I'd wish you good luck in master tests but I don't think you need it. Make it five in a row Moe.


----------



## ArkansasGold (Dec 7, 2017)

Congratulations!!!


----------



## nolefan (Nov 6, 2009)

This is such an amazing accomplishment all on it's own - so much time and effort - but honestly, after what you all went through with his health as a puppy, I can only imagine how much it means to you. What a joy to see this photo.

Looking forward to master success stories for Moe  I am thinking you all will have that in a heartbeat


----------



## 3goldens2keep (Feb 13, 2019)

He is a fine looking Golden. I offer you both a BIG congratulations on earning his Senior Hunter title! Only those who have traveled that journey, can truly understand what it takes to get to this level.
Well done!

Our boy, Shooter, also earned his Senior Hunter title this fall. Like you, we are looking forward to running him in Masters in the Spring. Another great challenge, as the pup must not only mark and retrieve the birds, and line the blind, or at least stay in a tight line, while being handled to the bird, but also he must be perfect in those little details that is expected of Master Hunters....

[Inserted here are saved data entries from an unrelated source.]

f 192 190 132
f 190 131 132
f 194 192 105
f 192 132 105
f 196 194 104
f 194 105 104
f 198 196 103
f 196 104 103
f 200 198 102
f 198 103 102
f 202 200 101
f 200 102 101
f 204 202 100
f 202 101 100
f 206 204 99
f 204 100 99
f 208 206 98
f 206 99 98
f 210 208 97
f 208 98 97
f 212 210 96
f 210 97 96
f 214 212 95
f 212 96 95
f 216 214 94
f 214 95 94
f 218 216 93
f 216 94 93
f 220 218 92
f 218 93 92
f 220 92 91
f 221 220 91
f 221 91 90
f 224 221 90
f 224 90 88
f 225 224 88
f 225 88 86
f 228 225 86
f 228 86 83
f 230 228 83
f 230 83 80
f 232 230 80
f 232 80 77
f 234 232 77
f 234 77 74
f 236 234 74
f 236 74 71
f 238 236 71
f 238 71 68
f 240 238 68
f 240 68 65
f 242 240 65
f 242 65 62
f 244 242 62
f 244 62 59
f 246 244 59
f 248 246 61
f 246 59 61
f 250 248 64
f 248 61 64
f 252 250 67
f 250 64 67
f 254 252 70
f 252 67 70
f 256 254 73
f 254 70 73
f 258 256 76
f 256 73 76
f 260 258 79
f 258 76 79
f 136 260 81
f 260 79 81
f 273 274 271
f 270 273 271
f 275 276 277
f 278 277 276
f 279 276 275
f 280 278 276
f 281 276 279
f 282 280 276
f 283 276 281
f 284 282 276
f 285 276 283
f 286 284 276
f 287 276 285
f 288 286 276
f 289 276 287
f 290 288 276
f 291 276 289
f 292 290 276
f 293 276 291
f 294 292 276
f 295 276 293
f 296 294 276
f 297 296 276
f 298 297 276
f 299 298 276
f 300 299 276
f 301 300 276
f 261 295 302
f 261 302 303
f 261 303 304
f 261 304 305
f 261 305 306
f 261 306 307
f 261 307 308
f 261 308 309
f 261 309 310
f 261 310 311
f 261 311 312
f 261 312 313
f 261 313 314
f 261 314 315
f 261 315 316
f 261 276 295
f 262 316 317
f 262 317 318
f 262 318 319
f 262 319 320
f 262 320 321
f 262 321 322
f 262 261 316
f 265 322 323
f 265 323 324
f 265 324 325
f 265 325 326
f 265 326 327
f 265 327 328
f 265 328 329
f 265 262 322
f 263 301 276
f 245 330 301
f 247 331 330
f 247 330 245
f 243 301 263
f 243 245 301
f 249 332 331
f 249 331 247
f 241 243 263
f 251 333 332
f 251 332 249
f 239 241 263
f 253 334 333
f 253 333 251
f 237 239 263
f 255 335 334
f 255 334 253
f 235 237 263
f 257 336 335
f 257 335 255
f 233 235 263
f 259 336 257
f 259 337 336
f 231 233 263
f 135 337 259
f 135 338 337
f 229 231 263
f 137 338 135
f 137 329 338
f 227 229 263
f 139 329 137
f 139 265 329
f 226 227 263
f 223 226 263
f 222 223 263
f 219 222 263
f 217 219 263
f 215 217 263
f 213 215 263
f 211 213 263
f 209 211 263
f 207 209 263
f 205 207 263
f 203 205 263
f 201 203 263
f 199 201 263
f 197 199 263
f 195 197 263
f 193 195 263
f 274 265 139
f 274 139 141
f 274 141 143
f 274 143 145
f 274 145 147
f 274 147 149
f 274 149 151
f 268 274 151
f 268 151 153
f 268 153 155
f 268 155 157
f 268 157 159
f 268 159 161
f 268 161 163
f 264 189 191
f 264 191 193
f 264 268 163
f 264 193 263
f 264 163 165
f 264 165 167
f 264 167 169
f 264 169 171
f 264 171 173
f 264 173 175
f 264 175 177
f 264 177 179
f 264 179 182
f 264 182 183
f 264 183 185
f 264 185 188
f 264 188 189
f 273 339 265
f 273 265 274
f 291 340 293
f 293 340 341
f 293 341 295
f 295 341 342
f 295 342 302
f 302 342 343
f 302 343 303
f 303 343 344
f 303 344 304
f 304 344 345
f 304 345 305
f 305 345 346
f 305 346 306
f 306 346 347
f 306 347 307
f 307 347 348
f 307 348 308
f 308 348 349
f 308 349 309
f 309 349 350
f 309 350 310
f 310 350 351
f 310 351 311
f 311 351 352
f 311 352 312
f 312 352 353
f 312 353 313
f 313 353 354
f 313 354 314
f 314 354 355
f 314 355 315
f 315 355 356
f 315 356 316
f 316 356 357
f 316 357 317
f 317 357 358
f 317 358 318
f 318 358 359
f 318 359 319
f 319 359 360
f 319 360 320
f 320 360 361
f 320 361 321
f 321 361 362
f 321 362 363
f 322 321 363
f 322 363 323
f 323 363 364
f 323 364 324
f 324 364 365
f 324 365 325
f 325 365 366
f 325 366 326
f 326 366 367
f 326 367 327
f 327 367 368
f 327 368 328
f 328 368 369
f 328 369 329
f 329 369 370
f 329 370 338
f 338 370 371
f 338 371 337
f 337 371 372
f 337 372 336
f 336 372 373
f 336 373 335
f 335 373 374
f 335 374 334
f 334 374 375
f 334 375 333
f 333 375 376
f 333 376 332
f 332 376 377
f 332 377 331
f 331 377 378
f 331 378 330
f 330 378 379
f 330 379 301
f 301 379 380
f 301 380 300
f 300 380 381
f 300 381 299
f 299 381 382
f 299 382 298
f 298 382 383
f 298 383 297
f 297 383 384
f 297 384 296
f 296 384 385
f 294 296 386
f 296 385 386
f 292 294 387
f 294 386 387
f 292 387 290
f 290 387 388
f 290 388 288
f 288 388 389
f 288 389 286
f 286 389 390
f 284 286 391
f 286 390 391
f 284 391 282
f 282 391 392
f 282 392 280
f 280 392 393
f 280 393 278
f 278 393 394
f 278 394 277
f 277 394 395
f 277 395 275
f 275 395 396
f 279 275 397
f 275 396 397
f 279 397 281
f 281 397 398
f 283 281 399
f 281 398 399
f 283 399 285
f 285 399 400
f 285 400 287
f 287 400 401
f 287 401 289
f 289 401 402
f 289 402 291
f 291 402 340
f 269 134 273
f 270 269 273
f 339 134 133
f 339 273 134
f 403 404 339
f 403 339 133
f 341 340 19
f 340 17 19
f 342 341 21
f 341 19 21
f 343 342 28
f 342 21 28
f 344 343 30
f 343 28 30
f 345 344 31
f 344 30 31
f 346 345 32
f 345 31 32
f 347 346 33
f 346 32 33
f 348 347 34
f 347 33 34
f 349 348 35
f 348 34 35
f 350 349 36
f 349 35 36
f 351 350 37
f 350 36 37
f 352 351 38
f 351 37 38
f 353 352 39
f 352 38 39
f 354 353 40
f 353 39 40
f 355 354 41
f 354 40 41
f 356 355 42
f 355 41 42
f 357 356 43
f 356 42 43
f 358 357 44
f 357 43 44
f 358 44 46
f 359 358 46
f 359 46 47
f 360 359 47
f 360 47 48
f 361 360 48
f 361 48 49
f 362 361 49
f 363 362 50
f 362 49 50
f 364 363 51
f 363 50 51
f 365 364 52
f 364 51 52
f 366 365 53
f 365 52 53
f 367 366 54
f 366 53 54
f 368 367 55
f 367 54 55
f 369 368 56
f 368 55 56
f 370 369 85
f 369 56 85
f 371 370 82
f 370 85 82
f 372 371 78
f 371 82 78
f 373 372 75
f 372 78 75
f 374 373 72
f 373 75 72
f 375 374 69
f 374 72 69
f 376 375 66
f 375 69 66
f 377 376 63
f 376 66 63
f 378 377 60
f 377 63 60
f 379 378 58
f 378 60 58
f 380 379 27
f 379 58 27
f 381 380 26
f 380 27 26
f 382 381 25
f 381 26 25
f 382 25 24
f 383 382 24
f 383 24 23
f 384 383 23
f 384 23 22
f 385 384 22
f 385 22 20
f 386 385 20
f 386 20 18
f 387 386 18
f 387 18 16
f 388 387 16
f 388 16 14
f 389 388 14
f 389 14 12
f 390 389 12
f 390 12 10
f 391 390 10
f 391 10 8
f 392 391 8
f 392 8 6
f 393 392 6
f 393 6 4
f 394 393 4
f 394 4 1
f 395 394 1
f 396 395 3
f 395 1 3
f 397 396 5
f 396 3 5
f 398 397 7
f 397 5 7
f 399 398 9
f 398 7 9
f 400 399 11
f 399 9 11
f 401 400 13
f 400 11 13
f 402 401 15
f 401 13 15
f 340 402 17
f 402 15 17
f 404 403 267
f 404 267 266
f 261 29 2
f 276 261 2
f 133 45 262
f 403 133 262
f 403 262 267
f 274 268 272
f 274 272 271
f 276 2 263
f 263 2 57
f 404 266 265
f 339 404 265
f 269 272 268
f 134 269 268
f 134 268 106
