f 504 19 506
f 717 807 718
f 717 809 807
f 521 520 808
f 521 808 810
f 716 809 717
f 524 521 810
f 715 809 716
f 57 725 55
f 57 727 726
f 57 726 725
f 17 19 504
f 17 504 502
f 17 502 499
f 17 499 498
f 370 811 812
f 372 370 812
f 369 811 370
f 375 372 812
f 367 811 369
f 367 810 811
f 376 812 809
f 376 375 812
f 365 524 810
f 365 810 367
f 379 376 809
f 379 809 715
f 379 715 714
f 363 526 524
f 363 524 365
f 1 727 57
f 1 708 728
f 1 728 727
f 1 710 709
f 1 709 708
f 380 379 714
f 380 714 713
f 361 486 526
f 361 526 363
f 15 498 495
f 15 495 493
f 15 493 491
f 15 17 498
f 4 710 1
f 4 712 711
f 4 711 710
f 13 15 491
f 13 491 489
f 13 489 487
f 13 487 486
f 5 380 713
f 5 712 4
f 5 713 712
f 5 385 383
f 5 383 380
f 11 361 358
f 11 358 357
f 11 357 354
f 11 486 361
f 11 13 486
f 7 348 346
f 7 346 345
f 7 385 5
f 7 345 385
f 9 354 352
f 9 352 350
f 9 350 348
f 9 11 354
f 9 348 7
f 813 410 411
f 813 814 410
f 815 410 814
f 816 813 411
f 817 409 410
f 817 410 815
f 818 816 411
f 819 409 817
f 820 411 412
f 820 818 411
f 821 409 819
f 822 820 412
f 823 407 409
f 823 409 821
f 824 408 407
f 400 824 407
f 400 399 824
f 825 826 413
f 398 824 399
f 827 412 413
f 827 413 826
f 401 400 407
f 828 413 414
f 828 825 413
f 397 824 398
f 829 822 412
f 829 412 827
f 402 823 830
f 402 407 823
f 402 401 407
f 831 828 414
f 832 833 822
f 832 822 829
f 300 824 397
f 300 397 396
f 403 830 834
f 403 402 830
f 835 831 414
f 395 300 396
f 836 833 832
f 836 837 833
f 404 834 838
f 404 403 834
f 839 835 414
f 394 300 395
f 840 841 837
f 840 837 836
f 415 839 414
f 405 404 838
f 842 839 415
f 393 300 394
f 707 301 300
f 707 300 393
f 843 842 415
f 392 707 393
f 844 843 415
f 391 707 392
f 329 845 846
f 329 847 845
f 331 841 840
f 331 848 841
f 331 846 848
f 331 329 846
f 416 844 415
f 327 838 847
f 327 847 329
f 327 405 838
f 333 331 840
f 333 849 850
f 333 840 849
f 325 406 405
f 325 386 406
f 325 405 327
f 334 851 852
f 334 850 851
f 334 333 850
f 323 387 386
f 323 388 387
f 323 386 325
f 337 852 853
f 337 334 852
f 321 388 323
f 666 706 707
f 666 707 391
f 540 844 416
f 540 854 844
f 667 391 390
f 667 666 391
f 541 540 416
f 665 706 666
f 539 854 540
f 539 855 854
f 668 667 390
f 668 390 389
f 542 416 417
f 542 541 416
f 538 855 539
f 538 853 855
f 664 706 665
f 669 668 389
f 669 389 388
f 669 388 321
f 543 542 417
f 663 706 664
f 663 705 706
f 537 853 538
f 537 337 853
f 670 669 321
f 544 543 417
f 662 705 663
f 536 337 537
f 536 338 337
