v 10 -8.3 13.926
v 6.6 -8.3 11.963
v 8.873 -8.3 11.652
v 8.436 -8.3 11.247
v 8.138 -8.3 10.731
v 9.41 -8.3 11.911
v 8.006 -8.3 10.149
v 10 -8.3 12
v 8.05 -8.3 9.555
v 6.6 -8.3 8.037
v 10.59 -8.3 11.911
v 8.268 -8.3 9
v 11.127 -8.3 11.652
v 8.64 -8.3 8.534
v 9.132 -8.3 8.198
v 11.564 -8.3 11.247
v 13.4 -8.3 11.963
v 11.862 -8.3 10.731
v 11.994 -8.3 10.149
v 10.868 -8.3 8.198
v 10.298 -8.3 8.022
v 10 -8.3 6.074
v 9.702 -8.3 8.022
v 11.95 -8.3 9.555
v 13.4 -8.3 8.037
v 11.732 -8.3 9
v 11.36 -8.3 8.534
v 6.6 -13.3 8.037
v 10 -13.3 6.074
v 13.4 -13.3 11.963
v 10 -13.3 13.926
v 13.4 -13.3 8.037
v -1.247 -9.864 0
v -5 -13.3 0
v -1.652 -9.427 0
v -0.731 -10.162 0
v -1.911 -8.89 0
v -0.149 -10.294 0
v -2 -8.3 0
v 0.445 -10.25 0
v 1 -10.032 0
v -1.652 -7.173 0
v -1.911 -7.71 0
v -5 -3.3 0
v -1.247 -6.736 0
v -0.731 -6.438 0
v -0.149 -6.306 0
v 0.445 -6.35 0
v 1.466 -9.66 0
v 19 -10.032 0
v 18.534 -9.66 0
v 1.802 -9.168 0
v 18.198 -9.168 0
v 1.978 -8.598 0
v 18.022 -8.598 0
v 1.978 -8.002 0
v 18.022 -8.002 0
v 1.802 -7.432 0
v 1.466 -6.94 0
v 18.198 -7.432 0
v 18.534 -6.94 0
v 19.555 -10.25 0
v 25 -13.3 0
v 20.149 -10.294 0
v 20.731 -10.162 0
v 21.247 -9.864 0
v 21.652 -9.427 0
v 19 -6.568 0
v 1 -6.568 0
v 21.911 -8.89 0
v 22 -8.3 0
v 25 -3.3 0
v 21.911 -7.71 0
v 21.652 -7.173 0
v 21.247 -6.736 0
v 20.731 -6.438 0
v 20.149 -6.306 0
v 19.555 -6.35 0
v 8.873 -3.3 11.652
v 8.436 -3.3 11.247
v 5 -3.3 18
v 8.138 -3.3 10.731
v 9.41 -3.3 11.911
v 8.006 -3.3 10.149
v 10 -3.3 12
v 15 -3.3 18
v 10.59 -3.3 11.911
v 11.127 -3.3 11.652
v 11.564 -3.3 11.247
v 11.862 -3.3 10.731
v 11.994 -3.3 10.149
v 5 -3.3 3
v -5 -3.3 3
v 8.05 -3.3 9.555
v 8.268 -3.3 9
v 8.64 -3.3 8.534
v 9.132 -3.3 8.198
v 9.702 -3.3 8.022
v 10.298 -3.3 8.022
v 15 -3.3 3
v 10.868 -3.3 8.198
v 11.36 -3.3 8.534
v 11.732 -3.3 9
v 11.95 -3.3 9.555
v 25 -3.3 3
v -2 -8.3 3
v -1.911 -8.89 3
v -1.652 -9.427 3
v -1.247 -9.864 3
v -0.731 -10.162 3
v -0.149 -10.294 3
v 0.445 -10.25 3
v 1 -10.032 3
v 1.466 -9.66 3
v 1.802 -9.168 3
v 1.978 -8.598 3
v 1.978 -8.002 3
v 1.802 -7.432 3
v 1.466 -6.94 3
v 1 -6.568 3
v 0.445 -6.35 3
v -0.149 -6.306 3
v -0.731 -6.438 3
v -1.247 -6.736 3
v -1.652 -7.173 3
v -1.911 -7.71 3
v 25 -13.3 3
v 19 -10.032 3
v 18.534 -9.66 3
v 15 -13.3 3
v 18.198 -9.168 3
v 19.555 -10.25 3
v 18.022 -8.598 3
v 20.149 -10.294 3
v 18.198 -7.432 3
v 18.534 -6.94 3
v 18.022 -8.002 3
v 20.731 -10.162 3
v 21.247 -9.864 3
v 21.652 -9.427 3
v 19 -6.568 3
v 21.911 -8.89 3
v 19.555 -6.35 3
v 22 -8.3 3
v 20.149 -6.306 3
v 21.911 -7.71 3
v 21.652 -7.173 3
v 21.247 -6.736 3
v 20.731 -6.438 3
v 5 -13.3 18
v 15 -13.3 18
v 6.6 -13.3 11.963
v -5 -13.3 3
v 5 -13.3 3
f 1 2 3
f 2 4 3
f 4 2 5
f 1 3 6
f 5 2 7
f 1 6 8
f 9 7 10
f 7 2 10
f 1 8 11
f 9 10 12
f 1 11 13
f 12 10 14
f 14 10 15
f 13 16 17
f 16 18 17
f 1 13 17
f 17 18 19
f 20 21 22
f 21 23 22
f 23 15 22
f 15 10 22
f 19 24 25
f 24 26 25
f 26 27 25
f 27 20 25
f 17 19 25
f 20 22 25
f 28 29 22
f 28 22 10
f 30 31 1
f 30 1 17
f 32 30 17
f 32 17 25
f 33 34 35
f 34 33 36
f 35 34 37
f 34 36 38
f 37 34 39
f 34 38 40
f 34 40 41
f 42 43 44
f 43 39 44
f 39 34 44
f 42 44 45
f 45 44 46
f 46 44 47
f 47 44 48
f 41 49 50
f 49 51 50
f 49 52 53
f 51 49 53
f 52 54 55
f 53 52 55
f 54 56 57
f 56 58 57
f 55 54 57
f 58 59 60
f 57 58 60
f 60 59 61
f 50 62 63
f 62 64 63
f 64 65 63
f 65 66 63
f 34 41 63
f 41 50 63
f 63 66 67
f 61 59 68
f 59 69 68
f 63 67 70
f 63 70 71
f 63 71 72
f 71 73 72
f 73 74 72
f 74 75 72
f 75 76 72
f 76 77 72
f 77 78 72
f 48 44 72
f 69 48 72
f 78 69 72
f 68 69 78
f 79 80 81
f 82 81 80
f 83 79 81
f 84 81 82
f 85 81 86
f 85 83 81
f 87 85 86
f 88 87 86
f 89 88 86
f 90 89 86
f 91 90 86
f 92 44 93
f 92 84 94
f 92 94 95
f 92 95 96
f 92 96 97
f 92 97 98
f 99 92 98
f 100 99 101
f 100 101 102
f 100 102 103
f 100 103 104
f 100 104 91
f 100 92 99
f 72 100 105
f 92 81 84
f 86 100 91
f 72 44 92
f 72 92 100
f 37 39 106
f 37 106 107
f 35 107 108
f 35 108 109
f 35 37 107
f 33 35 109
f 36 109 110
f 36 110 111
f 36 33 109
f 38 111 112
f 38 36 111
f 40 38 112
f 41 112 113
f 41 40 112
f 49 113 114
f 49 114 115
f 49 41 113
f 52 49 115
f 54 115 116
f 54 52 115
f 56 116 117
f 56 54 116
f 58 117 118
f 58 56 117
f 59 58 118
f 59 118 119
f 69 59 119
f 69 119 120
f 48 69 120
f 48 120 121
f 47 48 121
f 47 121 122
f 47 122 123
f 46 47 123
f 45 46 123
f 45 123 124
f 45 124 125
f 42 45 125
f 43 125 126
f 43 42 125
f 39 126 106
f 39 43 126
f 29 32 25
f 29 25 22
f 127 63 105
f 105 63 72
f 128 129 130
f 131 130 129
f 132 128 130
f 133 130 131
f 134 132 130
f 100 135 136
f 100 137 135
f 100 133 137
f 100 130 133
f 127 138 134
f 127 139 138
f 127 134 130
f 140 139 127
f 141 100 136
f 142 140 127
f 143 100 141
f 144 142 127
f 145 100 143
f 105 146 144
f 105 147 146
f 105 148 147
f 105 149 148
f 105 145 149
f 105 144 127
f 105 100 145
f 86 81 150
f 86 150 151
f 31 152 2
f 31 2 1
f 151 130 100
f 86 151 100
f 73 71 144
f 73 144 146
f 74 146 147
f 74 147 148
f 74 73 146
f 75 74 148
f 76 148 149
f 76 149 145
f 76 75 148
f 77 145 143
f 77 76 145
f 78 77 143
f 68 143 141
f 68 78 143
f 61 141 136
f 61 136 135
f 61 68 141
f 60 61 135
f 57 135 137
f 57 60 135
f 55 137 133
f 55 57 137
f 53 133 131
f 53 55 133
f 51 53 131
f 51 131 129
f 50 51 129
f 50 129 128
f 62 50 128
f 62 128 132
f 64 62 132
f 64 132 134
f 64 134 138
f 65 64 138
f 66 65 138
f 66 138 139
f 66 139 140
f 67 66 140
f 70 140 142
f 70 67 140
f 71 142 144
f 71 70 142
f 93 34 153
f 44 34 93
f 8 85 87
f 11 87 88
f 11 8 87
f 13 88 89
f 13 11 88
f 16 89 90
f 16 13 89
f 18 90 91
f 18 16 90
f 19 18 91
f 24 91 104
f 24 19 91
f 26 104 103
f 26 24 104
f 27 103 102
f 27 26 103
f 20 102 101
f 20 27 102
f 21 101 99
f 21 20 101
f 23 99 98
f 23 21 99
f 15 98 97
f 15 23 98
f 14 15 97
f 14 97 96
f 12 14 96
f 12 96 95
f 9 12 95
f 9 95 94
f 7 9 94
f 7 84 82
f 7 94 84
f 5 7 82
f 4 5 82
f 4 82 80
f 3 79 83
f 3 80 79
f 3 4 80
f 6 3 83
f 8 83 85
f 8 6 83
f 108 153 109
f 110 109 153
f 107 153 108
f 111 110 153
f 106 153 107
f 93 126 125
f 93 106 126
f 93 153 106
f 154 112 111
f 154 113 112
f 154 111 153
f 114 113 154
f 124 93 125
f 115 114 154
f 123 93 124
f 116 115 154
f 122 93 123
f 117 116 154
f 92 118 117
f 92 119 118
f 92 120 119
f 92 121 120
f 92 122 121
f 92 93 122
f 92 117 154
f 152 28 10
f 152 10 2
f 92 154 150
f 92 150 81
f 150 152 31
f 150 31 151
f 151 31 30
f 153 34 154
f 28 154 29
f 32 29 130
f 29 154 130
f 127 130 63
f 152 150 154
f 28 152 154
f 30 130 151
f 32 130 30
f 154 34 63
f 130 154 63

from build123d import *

# Parameters (mm, degrees)
SKETCH1_W               = 30
SKETCH1_H               = 10
SKETCH1_R               = 2
BOSS_EXTRUDE1_DEPTH     = 3
SKETCH2_W               = 10
SKETCH2_H               = 10
BOSS_EXTRUDE2_DEPTH     = 15
CUT_EXTRUDE1_START      = -10
SKETCH3_R               = 2
CUT_EXTRUDE1_DEPTH      = 5
CUT_EXTRUDE2_DEPTH      = 33.388269481
CUT_EXTRUDE2_DEPTH_BACK = 33.388269481
SKETCH3_2_R             = 2


with BuildPart() as part:
    # Sketch1 → Boss-Extrude1 (new body)
    with BuildSketch(Plane.XY):
        with Locations((10, -8.3)):
            Rectangle(SKETCH1_W, SKETCH1_H)
        with Locations((20, -8.3)):
            Circle(SKETCH1_R, mode=Mode.SUBTRACT)
        with Locations(Location((0, -8.3, 0), (0, 0, 180))):
            Circle(SKETCH1_R, mode=Mode.SUBTRACT)
    extrude(amount=BOSS_EXTRUDE1_DEPTH)

    # Sketch2 → Boss-Extrude2 (add)
    with BuildSketch(Plane.XY.offset(3)):
        with Locations((10, -8.3)):
            Rectangle(SKETCH2_W, SKETCH2_H)
    extrude(amount=BOSS_EXTRUDE2_DEPTH)

    # Sketch3 → Cut-Extrude1 (cut)
    with BuildSketch(Plane(origin=(0, -3.3, 0), x_dir=(1, 0, 0), z_dir=(0, 1, 0)).offset(CUT_EXTRUDE1_START)):
        Polygon((10, -6.07401817), (6.6, -8.037009085), (6.6, -11.962990915), (10, -13.92598183), (13.4, -11.962990915), (13.4, -8.037009085), align=None)
        with Locations(Location((10, -10, 0), (0, 0, 270))):
            Circle(SKETCH3_R, mode=Mode.SUBTRACT)
    extrude(amount=CUT_EXTRUDE1_DEPTH, mode=Mode.SUBTRACT)

    # Sketch3<2> → Cut-Extrude2 (cut, two sides: drawn at the far end of the back side and taken through both)
    with BuildSketch(Plane(origin=(0, -3.3, 0), x_dir=(1, 0, 0), z_dir=(0, 1, 0)).offset(-CUT_EXTRUDE2_DEPTH_BACK)):
        with Locations(Location((10, -10, 0), (0, 0, 270))):
            Circle(SKETCH3_2_R)
    extrude(amount=CUT_EXTRUDE2_DEPTH + CUT_EXTRUDE2_DEPTH_BACK, mode=Mode.SUBTRACT)


solid = part.part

Good Luck....and don't forget to enjoy the trip!


----------



## DblTrblGolden2 (Aug 22, 2018)

Thank you everyone. I came on this morning and had to update the picture. I did this post on my phone and with my amazing eyesight didn't notice he was squinting in the photo. Looks matter too 😂


----------



## diane0905 (Aug 20, 2010)

Congratulations! Moe is beautiful.


----------



## FurdogDad (Mar 30, 2021)

Congrats to you and Moe! He's a good looking boy.


----------



## Rion05 (Jan 4, 2016)

Respect! That is AWESOME! Congratulations!


----------



## laurab18293 (Oct 6, 2021)

wow! that is certainly a great accomplishment! Moe is sooo handsome too! He has it all! Congrats!


----------



## CAROLINA MOM (May 12, 2009)

DblTrblGolden2 said:


> Thank you everyone. I came on this morning and had to update the picture. I did this post on my phone and with my amazing eyesight didn't notice he was squinting in the photo. Looks matter too 😂


It was cute, the new picture is great too!


----------